■ **REQUIRED WORK**
Locate, in the data below, the line that contains "v -20.066 1.575 -18.301" and the line that contains "v 25.04 3.568 6.746"; reproduce exactly those two lines and every line between them, nothing more.

━━━━

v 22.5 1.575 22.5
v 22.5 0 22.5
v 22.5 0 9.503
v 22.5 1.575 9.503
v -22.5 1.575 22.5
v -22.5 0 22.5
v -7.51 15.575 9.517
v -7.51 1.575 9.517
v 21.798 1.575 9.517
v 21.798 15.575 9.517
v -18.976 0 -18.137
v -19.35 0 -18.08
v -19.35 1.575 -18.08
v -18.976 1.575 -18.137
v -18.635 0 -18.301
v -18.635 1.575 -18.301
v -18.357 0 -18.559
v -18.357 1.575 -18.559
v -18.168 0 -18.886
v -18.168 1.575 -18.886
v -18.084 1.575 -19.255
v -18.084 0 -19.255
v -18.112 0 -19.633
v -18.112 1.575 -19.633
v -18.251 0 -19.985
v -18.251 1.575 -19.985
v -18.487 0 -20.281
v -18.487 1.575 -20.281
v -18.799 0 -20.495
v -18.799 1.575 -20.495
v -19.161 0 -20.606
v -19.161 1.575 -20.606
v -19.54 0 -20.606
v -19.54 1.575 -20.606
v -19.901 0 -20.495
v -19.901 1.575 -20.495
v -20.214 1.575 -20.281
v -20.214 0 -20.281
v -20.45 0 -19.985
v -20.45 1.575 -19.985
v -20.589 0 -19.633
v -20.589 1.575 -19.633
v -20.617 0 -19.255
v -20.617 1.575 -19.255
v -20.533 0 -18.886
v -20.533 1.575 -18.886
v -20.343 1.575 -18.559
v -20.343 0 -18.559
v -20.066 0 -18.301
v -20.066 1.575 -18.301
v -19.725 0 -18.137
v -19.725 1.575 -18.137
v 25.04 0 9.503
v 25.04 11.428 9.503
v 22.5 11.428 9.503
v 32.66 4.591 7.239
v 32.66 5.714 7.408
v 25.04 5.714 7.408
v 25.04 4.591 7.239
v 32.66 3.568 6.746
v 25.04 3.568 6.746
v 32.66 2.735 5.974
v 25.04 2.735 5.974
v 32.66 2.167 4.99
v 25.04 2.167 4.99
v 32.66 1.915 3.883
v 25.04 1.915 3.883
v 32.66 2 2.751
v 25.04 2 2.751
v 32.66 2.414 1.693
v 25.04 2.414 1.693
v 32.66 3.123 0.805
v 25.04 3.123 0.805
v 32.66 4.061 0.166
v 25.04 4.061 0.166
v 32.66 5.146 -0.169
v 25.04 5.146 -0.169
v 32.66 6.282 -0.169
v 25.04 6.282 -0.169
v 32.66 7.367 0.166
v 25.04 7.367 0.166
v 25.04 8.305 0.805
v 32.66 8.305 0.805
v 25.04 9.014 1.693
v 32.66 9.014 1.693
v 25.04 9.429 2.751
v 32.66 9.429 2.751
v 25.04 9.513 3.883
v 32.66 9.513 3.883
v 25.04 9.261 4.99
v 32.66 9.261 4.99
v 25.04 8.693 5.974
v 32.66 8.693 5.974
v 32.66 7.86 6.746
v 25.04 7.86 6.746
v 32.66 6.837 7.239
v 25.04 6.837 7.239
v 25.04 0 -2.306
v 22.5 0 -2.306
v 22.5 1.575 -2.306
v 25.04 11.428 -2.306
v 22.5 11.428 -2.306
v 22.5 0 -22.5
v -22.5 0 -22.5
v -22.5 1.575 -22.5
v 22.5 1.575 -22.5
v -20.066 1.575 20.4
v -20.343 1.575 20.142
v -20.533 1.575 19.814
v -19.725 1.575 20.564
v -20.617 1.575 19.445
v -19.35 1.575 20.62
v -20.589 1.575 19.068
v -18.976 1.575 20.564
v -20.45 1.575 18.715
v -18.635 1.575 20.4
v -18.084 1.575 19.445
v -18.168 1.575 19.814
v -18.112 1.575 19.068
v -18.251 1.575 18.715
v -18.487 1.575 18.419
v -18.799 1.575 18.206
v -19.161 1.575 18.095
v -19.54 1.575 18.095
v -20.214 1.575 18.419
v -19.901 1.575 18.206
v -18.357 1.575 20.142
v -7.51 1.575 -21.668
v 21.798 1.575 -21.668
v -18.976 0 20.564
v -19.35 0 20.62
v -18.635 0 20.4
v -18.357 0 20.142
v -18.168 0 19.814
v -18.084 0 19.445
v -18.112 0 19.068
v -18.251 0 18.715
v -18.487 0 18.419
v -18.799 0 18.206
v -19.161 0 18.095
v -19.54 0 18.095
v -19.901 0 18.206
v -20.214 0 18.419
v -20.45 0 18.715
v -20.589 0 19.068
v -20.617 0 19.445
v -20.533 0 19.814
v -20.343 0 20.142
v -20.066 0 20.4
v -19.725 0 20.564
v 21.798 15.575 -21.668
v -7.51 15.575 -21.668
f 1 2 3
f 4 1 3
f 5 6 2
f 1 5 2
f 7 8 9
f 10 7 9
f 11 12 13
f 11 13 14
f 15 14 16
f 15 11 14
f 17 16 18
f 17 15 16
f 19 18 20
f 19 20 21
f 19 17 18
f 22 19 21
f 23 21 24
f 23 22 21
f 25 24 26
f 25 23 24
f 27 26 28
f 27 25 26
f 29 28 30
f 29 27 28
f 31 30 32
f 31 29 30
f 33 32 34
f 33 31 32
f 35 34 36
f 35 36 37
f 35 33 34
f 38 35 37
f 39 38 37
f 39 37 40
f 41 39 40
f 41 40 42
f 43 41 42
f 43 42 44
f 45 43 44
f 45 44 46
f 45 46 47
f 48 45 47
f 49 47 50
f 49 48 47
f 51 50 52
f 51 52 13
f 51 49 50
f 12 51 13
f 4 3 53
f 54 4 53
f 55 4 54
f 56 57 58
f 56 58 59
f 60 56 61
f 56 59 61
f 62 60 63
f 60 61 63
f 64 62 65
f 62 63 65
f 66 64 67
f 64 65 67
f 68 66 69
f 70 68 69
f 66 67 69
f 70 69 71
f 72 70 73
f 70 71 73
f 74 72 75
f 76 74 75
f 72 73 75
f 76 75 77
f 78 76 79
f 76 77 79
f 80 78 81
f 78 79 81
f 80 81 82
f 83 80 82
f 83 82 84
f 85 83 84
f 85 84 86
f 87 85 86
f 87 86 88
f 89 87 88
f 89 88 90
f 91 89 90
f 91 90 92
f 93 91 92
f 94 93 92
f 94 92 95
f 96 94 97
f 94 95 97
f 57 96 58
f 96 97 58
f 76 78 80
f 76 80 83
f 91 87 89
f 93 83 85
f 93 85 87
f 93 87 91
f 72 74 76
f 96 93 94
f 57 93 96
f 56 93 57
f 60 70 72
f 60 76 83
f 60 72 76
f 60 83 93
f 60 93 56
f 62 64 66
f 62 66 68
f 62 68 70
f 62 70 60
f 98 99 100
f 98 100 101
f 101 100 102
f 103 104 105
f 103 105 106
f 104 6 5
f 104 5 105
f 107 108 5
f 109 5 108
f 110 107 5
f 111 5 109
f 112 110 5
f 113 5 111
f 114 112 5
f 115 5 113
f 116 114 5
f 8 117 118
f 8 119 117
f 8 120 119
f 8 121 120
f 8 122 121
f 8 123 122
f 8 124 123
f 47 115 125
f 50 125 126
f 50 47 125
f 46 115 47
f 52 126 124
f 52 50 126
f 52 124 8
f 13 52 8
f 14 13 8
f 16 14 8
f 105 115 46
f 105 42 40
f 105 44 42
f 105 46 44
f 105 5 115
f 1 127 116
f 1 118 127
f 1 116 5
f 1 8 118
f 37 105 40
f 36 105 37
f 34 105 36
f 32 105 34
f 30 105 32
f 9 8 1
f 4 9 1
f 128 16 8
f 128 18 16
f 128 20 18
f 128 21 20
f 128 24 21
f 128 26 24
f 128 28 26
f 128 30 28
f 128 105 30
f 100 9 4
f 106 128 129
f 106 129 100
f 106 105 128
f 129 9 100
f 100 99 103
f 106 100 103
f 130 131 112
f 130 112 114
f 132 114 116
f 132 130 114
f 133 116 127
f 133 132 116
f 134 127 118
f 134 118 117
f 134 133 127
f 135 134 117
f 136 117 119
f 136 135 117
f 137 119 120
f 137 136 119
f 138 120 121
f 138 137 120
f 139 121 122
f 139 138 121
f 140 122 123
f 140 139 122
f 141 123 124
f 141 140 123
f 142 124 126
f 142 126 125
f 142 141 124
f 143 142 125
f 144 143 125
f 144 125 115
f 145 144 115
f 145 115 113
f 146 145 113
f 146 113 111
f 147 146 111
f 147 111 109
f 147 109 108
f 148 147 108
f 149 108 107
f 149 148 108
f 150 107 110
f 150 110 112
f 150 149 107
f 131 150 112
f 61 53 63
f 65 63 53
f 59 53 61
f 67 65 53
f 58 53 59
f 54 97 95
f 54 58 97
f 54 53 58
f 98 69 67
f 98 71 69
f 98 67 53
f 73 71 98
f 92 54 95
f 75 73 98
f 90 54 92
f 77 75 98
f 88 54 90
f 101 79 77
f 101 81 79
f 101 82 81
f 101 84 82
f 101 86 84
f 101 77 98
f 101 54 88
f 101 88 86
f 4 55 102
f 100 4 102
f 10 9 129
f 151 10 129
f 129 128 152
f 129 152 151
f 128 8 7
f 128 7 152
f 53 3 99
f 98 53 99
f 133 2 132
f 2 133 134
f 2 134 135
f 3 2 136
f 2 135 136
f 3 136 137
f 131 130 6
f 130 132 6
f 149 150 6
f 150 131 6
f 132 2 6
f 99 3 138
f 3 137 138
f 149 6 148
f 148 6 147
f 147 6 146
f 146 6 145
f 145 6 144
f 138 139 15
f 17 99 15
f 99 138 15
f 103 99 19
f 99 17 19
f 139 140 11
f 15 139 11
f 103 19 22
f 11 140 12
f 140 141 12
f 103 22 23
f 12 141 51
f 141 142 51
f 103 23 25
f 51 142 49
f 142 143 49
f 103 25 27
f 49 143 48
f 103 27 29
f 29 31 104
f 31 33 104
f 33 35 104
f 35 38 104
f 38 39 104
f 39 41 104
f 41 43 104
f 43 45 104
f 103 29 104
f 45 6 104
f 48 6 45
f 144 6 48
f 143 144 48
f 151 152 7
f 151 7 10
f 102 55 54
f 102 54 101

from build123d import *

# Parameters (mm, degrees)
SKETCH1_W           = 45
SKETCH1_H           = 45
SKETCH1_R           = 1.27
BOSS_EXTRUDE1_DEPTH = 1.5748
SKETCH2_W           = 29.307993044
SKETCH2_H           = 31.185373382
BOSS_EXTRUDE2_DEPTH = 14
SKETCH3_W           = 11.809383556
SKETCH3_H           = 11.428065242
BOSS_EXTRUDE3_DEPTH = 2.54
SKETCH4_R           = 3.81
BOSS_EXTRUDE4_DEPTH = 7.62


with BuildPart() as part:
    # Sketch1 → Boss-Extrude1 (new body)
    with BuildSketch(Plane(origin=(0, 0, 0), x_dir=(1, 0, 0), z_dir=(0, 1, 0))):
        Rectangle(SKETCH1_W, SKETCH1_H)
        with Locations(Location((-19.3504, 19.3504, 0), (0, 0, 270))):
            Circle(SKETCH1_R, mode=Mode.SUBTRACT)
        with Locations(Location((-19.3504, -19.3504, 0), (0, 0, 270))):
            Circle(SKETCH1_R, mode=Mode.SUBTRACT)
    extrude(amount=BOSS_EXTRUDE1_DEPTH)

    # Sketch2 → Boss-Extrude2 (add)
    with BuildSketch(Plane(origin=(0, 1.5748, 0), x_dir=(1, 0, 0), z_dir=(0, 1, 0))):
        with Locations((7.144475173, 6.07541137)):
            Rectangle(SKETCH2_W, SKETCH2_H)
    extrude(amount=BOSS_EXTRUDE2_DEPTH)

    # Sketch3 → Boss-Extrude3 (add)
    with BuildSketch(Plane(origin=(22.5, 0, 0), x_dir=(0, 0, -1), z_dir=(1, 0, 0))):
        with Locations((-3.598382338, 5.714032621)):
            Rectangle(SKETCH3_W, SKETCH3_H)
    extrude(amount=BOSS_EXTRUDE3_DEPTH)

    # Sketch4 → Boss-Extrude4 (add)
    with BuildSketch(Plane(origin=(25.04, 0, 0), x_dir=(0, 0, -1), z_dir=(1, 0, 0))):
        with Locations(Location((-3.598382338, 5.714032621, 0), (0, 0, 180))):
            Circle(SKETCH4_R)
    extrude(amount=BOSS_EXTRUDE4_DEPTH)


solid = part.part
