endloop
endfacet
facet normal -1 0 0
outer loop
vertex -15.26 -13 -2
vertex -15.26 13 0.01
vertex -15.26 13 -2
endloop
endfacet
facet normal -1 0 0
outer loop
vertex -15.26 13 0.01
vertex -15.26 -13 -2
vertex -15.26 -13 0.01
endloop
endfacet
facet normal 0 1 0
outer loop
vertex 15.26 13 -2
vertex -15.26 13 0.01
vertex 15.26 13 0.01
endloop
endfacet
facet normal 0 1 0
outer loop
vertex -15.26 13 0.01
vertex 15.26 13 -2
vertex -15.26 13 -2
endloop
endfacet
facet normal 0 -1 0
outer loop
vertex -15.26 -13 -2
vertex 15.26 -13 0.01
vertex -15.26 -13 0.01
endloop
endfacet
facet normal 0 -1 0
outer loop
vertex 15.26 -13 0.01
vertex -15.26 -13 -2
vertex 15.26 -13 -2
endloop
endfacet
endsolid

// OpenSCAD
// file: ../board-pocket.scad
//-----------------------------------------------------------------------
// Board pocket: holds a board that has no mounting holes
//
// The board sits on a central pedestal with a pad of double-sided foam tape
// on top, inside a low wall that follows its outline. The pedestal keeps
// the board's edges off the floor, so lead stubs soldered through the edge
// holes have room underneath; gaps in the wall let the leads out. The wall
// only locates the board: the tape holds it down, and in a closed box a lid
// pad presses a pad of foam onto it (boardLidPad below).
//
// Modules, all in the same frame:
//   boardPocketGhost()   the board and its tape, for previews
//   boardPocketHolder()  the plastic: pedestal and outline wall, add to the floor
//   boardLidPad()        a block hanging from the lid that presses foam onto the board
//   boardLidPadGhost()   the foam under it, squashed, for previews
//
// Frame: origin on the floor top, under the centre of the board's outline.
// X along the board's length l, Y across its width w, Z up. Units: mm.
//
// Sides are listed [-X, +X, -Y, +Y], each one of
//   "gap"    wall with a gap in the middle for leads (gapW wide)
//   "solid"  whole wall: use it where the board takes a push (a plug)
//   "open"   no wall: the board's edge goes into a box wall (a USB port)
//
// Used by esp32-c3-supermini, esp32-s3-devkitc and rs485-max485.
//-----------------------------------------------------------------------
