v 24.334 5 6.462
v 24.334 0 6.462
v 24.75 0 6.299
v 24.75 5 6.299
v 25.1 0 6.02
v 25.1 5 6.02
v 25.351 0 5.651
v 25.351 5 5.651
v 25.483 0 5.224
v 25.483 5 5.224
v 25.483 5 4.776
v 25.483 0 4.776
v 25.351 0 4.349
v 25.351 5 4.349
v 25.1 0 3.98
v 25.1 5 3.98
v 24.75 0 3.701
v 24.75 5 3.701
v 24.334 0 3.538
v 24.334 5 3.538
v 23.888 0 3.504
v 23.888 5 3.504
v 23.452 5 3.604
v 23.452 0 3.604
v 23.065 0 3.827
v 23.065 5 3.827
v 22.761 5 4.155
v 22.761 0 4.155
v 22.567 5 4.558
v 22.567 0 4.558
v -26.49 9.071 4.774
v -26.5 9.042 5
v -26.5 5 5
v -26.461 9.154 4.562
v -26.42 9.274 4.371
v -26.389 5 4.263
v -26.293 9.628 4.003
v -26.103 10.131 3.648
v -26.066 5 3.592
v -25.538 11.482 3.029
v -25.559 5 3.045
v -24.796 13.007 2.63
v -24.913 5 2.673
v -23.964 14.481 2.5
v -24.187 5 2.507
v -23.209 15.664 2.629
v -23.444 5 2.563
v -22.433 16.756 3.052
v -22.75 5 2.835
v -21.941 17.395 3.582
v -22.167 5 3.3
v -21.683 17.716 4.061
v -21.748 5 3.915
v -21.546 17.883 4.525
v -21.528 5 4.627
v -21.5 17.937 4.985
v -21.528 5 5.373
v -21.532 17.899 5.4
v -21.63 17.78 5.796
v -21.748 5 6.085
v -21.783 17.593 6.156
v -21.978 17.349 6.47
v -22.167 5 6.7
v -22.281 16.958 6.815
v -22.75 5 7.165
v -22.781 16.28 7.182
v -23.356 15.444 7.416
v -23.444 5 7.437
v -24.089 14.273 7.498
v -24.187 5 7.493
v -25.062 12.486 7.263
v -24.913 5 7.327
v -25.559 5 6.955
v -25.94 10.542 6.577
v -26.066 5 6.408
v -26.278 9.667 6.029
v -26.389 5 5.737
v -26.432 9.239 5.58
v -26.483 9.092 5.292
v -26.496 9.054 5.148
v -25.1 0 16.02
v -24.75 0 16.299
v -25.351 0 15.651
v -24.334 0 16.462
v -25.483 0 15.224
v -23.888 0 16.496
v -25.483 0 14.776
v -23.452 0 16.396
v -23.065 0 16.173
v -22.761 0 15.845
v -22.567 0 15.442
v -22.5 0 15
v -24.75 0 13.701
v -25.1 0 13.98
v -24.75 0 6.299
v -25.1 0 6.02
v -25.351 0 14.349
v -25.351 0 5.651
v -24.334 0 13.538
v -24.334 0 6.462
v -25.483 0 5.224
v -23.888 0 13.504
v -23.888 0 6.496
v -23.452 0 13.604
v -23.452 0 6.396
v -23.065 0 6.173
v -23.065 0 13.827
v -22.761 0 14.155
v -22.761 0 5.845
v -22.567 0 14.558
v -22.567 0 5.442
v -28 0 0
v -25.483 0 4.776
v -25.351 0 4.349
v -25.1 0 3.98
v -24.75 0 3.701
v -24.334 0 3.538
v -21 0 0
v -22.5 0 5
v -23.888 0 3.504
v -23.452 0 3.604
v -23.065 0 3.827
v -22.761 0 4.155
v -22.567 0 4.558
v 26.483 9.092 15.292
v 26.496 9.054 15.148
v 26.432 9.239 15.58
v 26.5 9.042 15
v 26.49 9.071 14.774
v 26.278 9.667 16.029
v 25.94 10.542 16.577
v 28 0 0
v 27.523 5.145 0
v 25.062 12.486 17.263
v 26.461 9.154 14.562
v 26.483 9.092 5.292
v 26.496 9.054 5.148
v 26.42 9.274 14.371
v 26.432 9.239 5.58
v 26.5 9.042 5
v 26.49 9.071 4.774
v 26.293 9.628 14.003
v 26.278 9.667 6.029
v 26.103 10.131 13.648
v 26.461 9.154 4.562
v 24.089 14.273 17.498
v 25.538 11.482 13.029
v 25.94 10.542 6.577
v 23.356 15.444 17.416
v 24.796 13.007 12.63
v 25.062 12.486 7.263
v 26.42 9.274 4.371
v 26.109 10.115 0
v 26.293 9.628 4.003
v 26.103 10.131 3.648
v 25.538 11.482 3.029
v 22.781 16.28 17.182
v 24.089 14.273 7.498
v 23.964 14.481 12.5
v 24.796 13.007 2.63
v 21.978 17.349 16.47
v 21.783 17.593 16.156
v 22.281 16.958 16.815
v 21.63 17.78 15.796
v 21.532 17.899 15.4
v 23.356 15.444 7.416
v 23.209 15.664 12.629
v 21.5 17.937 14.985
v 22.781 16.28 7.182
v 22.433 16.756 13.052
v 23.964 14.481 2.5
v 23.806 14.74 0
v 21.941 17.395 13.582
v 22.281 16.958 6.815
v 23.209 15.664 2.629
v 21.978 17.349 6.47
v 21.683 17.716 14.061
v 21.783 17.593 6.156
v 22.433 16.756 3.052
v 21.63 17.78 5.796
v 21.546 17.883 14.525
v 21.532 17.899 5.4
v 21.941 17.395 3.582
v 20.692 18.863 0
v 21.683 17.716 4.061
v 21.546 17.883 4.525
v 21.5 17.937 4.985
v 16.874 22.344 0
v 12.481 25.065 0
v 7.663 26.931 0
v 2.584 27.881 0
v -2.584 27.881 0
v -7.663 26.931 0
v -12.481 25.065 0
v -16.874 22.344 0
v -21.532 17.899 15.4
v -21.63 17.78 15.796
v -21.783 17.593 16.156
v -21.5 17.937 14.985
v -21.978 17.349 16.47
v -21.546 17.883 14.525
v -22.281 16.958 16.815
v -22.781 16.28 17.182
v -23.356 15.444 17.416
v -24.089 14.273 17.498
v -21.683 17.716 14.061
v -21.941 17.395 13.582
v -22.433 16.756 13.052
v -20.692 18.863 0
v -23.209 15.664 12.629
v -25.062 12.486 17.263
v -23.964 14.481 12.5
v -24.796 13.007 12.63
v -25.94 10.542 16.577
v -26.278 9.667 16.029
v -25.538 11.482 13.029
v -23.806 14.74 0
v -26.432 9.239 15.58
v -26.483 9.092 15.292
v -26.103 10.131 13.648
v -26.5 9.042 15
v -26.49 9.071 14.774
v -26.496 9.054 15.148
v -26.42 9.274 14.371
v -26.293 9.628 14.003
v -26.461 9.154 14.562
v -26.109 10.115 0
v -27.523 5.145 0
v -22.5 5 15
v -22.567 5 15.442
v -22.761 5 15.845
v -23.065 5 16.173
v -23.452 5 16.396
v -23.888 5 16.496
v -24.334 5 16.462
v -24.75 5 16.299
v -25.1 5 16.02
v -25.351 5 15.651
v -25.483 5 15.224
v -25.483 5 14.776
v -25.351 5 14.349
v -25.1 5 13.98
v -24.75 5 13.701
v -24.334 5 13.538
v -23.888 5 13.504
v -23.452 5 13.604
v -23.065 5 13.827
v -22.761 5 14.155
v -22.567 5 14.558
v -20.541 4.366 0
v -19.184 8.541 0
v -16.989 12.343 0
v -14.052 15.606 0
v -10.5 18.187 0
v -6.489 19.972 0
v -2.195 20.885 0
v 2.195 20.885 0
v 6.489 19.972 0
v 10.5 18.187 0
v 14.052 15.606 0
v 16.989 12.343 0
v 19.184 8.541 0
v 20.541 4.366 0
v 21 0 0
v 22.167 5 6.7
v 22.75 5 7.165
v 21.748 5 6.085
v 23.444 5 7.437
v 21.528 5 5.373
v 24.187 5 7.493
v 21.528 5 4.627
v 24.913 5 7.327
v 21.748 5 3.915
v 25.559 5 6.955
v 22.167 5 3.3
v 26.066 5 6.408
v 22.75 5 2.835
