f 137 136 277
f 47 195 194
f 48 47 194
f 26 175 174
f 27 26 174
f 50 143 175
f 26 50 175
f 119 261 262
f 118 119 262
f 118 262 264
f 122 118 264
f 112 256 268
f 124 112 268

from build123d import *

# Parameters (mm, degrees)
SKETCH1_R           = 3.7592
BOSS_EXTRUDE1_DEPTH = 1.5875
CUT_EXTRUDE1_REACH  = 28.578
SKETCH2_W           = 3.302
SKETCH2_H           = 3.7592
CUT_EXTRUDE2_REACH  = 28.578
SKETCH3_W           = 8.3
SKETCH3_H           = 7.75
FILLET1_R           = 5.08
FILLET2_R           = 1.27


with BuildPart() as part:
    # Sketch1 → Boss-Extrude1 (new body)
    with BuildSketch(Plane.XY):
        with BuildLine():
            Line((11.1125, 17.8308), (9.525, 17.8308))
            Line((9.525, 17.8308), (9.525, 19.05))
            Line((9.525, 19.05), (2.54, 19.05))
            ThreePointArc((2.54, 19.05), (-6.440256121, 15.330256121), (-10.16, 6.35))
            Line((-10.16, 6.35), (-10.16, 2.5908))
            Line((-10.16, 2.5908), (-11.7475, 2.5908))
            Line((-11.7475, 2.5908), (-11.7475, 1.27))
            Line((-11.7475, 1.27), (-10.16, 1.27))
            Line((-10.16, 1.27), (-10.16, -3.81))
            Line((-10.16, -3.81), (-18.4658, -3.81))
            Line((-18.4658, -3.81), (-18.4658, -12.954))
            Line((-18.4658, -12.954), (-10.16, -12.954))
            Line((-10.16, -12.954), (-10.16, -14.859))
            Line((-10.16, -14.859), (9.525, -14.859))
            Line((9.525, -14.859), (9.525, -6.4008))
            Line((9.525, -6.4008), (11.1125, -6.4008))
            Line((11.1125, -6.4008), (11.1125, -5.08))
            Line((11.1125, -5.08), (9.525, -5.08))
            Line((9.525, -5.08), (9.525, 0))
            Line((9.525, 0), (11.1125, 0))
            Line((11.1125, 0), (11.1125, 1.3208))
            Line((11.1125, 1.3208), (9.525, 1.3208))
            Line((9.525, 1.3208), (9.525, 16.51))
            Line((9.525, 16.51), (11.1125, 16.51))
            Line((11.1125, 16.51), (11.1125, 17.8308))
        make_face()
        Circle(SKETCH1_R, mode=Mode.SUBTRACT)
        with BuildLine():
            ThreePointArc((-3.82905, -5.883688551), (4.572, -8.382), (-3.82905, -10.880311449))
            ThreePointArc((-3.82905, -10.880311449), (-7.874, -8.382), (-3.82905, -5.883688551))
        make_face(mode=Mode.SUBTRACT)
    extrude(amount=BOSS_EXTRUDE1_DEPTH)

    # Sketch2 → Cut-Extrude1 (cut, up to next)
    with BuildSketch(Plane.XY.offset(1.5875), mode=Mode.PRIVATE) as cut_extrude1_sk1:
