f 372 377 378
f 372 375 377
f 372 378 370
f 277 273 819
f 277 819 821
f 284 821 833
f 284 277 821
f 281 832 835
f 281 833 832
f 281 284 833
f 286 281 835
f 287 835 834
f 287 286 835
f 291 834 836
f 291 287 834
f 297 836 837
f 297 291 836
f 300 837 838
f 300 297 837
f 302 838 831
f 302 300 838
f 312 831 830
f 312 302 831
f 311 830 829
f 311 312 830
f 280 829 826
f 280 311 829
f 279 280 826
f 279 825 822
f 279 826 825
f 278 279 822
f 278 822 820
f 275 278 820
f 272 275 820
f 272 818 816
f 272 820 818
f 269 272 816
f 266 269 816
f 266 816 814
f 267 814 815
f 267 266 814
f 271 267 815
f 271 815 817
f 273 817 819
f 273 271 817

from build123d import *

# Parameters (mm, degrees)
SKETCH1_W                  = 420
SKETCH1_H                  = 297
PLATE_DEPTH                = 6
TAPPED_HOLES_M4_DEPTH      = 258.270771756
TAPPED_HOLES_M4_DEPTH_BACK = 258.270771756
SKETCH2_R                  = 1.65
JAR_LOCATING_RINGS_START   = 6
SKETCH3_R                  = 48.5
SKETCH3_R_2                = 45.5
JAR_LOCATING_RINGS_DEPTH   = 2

━━━━

■ **WRITTEN ANSWER**
v -20.066 1.575 -18.301
v -19.725 0 -18.137
v -19.725 1.575 -18.137
v 25.04 0 9.503
v 25.04 11.428 9.503
v 22.5 11.428 9.503
v 32.66 4.591 7.239
v 32.66 5.714 7.408
v 25.04 5.714 7.408
v 25.04 4.591 7.239
v 32.66 3.568 6.746
v 25.04 3.568 6.746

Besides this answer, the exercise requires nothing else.